# Stock Madone 5.2



## bikeface (Apr 2, 2007)

I ordered a stock Madone 5.2 two weeks ago. Sold my old bike a lot quicker than expected. Am now missing having a road bike. Shop said the madone should only take a month...but I have heard scary stories of extra weeks or even months being added on. Just wondering if anyone else has ordered a stock bike and had it come on time, or even early??? Starting to twitch a little.:yikes:


----------



## alejovh1 (Mar 3, 2007)

The local shops here have the 5.2 in stock but the 5.1 had an eta of 2.5 months!!!! Hope you get yours soon


----------



## loose_spoke (Apr 9, 2009)

My 5.1 took about three weeks last November. But my lbs didn't call me to let me know it was in. I called them on week number five and they said it had been sitting there for a while and they were waiting on me,, wtf. It arrived earlier then what they thought and they didn't bother calling me to let me know it had arrived 
I missed the last two good weeks of riding before winter set in


----------



## bikeface (Apr 2, 2007)

Thanks for the replys. Can't believe a bike shop would sit on a dilivery like that! Hope winter is over where you live. Went mountain biking today in four inches of snow and lots of mud at lower elevations. Yes it was fun!!!! But the roads were dry and the wind was still and what a road ride it could have been. Waiting is such sweet misery. :mad2:


----------



## jsedlak (Jun 17, 2008)

Yikes. Is the demand really high or something? Or custom paint job?
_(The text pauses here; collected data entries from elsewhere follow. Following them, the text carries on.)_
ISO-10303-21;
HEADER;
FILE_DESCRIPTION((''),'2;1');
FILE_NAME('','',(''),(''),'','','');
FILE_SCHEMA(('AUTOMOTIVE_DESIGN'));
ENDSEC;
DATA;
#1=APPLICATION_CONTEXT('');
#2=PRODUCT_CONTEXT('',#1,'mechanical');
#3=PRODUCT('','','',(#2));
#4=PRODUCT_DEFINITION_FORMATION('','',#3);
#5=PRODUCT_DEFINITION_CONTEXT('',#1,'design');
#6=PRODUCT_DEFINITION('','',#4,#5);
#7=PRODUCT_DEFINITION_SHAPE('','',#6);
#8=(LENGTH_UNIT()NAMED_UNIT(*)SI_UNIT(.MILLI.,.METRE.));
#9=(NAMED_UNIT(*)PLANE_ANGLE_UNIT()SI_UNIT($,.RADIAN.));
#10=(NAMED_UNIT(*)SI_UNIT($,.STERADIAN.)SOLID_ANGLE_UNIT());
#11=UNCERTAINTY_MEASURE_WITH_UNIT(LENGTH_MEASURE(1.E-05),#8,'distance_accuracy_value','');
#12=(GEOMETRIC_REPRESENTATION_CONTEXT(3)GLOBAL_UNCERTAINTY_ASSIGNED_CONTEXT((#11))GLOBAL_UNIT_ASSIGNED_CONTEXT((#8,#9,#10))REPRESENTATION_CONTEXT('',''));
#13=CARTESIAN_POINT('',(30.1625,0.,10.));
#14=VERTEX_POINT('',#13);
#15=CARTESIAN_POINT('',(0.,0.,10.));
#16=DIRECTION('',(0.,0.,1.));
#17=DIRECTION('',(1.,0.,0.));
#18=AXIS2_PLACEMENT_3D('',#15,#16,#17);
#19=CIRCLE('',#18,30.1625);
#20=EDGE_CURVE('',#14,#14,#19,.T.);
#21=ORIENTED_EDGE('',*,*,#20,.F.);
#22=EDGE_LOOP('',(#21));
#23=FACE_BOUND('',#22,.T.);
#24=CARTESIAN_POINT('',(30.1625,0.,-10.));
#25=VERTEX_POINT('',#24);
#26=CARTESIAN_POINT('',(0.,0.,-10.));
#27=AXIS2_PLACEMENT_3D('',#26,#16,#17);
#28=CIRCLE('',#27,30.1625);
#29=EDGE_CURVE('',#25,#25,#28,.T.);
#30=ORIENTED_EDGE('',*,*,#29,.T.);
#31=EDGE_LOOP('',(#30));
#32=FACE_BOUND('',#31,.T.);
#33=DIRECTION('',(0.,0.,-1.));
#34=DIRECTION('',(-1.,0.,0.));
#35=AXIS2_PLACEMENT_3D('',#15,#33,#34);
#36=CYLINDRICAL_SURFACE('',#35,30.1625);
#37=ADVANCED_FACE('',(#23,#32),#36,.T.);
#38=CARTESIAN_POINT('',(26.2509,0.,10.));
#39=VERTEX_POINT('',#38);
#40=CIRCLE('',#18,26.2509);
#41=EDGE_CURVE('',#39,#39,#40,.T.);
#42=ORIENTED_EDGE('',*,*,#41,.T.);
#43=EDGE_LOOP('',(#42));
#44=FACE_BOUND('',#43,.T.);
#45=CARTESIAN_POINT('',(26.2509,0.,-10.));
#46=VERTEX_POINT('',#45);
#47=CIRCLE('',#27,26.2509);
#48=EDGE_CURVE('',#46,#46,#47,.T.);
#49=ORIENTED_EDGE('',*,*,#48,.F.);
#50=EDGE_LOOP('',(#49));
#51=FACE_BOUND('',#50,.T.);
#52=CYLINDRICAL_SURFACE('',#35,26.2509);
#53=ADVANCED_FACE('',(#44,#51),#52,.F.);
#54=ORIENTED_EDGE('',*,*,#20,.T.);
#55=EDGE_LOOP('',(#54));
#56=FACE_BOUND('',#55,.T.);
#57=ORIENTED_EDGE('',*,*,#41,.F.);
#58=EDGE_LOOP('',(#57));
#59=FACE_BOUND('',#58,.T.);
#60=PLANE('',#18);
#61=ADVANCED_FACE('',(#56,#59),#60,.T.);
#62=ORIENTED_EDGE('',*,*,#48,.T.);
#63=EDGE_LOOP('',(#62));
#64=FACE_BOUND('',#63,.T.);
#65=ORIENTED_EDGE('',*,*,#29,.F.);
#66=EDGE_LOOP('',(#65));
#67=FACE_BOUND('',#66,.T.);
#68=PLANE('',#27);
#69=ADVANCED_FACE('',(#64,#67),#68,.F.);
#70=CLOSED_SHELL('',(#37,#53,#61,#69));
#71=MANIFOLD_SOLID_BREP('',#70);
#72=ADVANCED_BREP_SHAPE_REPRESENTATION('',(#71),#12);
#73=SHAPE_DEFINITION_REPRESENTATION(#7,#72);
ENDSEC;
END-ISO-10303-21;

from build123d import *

# Parameters (mm, degrees)
SKETCH1_R           = 30.1625
SKETCH1_R_2         = 26.2509
EXTRUDE_THIN1_DEPTH = 10


with BuildPart() as part:
    # Sketch1 → Extrude-Thin1 (new body, symmetric)
    with BuildSketch(Plane.XY):
        Circle(SKETCH1_R)
        Circle(SKETCH1_R_2, mode=Mode.SUBTRACT)
    extrude(amount=EXTRUDE_THIN1_DEPTH, both=True)


solid = part.part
My 08 took 2 weeks, exactly what my LBS had said when I ordered.


----------



## 2ndGen (Oct 10, 2008)

Off topic, but on point...I left my Trek 1.5 in New York while I took a trip to West Virginia. 
Now I'm MISSING my road bike tremendously although I'm getting in great trail time that was hard for me to get in while in NY. 
But damn! I MISS my RB!
GRRRRRR!
I'm trying to locate an '09 Madone 5.2 Pro. 
I love that paint scheme.


----------